Dip Brazing. The main use of this process is to join tubular structures like cycle frame. The work must be properly jigged before lowering into the bath. The bath contains brazing alloy protected by a layer of flux.

The job is first lowered into the molten flux and held there till the assembly attains the brazing temperature. It is then passed into the molten filler metal, where a short period of immersion is sufficient to flush out the flux, which has penetrated the joint, and replace it by brazing material. On the way out, the work is held again in the flux layer to permit the excess brazing material to drain. The parts, which are not to be brazed, are protected by painting.

Dip Brazing and Dip Brazed Parts

Salt Bath Brazing. This process is not very common.
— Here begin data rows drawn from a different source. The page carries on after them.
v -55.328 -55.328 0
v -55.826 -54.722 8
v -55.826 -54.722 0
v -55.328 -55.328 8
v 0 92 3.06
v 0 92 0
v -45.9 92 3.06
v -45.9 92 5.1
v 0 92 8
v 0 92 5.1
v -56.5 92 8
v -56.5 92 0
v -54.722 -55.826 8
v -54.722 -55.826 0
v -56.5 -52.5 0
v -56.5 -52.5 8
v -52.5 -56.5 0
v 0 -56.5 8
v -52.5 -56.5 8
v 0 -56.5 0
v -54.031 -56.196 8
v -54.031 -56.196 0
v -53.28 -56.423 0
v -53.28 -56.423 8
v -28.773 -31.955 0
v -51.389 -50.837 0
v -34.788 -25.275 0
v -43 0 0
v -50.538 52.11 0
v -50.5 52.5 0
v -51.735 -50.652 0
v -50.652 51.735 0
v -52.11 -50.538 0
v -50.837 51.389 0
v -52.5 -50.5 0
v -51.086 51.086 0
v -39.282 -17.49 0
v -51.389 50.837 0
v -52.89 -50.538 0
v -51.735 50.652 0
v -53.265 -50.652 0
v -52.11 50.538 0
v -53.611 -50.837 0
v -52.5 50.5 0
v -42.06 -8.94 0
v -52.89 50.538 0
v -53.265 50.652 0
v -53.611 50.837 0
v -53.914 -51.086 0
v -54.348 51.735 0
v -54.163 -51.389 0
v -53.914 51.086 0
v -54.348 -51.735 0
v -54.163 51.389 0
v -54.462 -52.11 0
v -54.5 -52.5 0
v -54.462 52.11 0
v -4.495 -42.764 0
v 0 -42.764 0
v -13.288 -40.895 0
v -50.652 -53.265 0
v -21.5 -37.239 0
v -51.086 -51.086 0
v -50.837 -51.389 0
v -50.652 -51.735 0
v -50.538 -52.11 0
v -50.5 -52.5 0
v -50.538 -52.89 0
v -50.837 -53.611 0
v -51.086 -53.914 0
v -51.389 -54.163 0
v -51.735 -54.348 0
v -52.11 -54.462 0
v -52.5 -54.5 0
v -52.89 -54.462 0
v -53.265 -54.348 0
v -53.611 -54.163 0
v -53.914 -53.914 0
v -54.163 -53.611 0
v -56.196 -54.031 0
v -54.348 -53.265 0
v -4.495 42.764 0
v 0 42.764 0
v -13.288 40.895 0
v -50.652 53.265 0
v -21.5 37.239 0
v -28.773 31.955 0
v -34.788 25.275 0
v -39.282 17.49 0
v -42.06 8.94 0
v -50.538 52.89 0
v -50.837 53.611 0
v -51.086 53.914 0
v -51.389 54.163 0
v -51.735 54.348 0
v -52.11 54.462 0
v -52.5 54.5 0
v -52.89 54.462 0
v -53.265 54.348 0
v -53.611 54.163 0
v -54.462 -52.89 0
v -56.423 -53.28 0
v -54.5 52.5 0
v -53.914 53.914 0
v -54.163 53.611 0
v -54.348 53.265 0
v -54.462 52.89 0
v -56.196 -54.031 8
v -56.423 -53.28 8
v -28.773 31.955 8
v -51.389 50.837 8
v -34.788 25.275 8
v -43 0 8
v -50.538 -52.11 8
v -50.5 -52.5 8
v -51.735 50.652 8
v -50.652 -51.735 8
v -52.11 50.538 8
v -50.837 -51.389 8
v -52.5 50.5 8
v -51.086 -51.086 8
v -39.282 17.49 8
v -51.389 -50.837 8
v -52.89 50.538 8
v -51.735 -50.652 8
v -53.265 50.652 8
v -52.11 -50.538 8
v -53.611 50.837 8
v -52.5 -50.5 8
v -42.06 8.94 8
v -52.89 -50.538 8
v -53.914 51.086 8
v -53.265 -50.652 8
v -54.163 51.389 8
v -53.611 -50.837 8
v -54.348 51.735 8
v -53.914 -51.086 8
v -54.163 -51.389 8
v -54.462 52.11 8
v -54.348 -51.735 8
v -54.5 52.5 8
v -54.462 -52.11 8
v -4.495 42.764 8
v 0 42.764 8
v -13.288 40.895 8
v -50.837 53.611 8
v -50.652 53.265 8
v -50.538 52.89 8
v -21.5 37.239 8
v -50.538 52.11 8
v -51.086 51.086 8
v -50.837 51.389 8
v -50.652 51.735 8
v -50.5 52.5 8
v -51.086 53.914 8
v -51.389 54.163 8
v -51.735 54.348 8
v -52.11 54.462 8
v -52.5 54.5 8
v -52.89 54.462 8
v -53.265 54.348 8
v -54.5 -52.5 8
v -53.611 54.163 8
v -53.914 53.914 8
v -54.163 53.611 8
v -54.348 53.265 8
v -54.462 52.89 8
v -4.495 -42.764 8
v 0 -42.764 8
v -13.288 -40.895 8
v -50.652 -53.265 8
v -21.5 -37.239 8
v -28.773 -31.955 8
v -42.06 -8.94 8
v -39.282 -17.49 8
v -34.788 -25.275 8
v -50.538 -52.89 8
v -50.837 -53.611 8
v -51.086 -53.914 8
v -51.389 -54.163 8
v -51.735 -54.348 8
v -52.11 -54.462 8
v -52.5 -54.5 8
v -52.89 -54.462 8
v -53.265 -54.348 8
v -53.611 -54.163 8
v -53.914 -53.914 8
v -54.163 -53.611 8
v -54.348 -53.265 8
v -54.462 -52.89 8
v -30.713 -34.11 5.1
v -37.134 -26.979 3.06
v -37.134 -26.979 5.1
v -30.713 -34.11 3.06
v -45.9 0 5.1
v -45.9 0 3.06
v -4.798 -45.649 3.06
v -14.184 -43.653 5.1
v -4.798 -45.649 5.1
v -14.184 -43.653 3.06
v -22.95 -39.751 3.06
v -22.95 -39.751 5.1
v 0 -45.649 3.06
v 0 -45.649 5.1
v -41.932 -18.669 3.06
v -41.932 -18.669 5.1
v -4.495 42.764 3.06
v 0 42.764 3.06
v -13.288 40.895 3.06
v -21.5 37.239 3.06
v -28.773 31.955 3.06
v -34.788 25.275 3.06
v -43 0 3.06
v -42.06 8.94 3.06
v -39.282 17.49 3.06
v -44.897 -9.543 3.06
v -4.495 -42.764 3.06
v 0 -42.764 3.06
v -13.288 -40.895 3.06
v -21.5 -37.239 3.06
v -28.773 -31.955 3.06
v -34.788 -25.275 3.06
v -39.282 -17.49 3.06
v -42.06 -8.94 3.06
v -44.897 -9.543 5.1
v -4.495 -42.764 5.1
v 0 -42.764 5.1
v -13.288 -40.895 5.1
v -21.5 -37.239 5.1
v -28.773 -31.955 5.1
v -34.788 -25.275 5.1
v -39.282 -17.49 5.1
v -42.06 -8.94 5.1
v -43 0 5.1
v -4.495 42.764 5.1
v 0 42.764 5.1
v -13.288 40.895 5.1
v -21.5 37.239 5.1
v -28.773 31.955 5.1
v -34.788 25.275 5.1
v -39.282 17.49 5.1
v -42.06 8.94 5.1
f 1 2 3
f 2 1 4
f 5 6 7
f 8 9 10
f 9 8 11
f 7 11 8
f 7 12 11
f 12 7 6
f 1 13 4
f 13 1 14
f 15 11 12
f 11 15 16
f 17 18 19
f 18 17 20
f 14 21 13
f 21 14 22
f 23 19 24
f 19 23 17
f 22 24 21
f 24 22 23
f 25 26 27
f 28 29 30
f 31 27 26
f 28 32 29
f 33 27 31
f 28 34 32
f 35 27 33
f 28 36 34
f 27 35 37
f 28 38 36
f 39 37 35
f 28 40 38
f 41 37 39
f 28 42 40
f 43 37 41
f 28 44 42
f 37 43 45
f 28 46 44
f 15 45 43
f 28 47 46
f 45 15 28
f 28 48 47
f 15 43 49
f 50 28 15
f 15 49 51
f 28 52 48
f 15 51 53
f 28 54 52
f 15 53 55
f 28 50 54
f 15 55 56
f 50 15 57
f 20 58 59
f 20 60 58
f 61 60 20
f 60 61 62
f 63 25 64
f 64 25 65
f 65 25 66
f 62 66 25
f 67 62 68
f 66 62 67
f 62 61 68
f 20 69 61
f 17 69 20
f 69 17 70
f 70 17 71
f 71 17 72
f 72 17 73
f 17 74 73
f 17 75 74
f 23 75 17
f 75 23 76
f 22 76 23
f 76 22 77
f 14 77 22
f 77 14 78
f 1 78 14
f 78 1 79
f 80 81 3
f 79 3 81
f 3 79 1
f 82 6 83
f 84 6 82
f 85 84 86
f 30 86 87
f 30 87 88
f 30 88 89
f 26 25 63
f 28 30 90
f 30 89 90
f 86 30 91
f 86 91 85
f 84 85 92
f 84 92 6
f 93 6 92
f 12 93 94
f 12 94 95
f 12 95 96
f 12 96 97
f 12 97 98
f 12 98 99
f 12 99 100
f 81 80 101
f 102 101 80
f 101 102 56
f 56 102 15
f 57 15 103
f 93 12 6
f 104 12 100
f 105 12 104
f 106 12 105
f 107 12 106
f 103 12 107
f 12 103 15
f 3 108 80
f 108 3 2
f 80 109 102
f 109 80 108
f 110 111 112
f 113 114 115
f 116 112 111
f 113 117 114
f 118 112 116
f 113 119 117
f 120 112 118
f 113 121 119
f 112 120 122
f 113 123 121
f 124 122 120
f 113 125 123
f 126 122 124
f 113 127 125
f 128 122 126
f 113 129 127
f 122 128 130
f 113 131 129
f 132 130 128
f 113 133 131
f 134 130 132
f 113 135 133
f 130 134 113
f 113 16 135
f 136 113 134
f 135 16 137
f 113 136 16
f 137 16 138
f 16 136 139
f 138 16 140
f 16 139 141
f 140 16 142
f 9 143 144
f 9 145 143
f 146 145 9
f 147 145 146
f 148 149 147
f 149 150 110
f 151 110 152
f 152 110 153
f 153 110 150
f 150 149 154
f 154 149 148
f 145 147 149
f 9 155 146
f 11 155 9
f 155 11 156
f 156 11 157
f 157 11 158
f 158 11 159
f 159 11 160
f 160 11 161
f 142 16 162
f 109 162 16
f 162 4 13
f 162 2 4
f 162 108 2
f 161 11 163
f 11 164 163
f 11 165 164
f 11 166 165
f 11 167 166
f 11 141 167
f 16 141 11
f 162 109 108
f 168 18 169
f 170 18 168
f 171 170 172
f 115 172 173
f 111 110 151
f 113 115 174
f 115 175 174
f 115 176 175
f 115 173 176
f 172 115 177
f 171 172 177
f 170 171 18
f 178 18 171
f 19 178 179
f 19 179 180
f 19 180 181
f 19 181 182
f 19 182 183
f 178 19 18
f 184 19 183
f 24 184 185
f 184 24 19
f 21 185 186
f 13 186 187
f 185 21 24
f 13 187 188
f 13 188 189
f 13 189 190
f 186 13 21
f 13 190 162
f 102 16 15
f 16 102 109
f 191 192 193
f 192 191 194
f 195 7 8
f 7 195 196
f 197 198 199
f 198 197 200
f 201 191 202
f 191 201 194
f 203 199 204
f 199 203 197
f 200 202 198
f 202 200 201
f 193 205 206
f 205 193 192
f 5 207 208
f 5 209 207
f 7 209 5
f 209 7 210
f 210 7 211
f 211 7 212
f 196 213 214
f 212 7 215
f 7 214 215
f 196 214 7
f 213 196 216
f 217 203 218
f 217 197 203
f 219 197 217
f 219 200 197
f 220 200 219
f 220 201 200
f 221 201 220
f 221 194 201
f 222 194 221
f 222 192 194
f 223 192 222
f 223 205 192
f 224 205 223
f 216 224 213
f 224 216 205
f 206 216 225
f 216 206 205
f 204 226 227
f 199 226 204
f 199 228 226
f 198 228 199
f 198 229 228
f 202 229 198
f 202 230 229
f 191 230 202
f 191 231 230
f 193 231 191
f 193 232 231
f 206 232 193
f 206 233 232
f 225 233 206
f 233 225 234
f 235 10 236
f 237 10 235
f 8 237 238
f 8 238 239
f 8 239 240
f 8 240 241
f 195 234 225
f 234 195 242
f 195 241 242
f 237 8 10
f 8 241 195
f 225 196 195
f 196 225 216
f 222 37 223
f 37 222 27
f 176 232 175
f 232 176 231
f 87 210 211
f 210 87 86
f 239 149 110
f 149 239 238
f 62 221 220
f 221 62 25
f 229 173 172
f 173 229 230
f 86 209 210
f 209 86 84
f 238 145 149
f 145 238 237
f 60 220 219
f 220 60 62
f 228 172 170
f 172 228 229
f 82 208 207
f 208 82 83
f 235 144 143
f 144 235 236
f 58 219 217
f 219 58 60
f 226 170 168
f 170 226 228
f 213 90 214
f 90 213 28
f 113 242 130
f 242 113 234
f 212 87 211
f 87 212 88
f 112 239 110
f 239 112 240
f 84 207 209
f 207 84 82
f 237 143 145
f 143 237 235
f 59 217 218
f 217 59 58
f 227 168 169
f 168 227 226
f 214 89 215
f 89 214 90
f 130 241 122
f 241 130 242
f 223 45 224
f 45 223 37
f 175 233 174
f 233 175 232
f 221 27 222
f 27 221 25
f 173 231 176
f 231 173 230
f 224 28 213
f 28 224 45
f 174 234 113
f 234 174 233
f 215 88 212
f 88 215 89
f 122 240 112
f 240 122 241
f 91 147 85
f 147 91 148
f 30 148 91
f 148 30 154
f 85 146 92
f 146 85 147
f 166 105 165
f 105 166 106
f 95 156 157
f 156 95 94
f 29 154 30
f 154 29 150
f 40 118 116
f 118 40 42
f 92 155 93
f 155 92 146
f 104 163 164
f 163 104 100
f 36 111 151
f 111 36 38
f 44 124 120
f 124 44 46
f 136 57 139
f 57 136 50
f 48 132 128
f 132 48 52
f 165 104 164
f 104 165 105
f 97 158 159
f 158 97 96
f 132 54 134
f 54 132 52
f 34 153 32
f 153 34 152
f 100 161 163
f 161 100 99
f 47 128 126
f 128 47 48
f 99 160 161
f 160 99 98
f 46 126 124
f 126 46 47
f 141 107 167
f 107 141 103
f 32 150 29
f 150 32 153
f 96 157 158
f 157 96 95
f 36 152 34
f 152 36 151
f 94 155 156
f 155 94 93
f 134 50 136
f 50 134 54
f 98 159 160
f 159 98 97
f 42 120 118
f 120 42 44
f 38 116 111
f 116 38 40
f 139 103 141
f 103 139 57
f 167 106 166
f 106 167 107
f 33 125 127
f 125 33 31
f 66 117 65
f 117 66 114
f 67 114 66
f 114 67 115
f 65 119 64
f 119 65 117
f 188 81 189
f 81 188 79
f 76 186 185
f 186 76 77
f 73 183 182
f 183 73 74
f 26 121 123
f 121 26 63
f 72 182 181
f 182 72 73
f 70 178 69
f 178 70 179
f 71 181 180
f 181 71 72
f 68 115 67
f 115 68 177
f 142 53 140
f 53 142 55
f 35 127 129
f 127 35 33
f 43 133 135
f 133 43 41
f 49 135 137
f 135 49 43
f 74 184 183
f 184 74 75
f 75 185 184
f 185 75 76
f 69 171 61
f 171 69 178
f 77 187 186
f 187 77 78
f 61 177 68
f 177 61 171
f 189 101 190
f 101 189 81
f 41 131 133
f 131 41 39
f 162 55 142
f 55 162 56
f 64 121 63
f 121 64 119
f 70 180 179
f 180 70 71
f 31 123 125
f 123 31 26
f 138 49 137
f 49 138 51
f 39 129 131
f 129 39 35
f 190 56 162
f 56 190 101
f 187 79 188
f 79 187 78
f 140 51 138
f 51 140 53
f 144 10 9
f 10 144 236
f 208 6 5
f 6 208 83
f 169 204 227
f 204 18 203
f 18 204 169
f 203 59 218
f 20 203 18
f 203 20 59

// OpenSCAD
// valve for fan
screw_d = 105;
screw_hole = 4;
d = 90;

wall=2;

h = 8;


//lock
module lock() {
hull() {
    cylinder(d=d,h=wall);
    translate([-d/2, d+10, 0]) cube([d,wall,wall]);
}

}
//lock();

module valve() {
    difference() {
    hull() {
        cylinder(d=d+wall*4,h=h);
        translate([-screw_d/2-wall-screw_hole/2, d, 0]) cube([screw_d+wall*2+screw_hole,wall,h]);
        translate([screw_d/2, screw_d/2,0]) cylinder(d=screw_hole+wall*2, h = h, $fn = 32);
    translate([screw_d/2, -screw_d/2, 0]) cylinder(d=screw_hole+wall*2, h =h, $fn = 32);
    translate([-screw_d/2, screw_d/2,0]) cylinder(d=screw_hole+wall*2, h =h, $fn = 32);
    translate([-screw_d/2, -screw_d/2,0]) cylinder(d=screw_hole+wall*2, h = h, $fn = 32);
    }
    scale(1.02)translate([0,0,h/2-wall/2]) lock();
    
    translate([0,0,-3]) cylinder(d=d-wall*2,h=h*2);
    
    //screw holes
    translate([screw_d/2, screw_d/2,-1]) cylinder(d=screw_hole, h = h*2, $fn = 32);
    translate([screw_d/2, -screw_d/2, -1]) cylinder(d=screw_hole, h = h*2, $fn = 32);
    translate([-screw_d/2, screw_d/2,-1]) cylinder(d=screw_hole, h = h*2, $fn = 32);
    translate([-screw_d/2, -screw_d/2,-1]) cylinder(d=screw_hole, h = h*2, $fn = 32);
    
    translate([0,-100,-1])cube([1000,1000,1000]);
    }
    
}

valve();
The fused salt employed should be one, which in addition to providing heating medium, also acts as a brazing flux and thus protects the work and brazing alloy from oxidation.

Salt Bath Brazing

Forge Brazing. It is similar to torch brazing in technique, but the only difference is that the source of heat is a blacksmith forge or brazing hearth. The forge is a valuable means of heating large components such as castings where local heating is liable to cause cracking or distortion.

Brazing Fluxes

Some of the brazing fluxes available through service source are shown below:

Nomenclature Application
Borax powder For general brazing work
Flux brazing low temperature For use with silver solders

(DTD 900 and B.S. 1845 type 3)

Flux brazing aluminium For general use
Flux welding bronze For bronze welding

There are two types of fluxes used for brazing. Borax type flux is used for temperatures above 750C and Fluoride type flux is used for temperatures between 600C – 750C.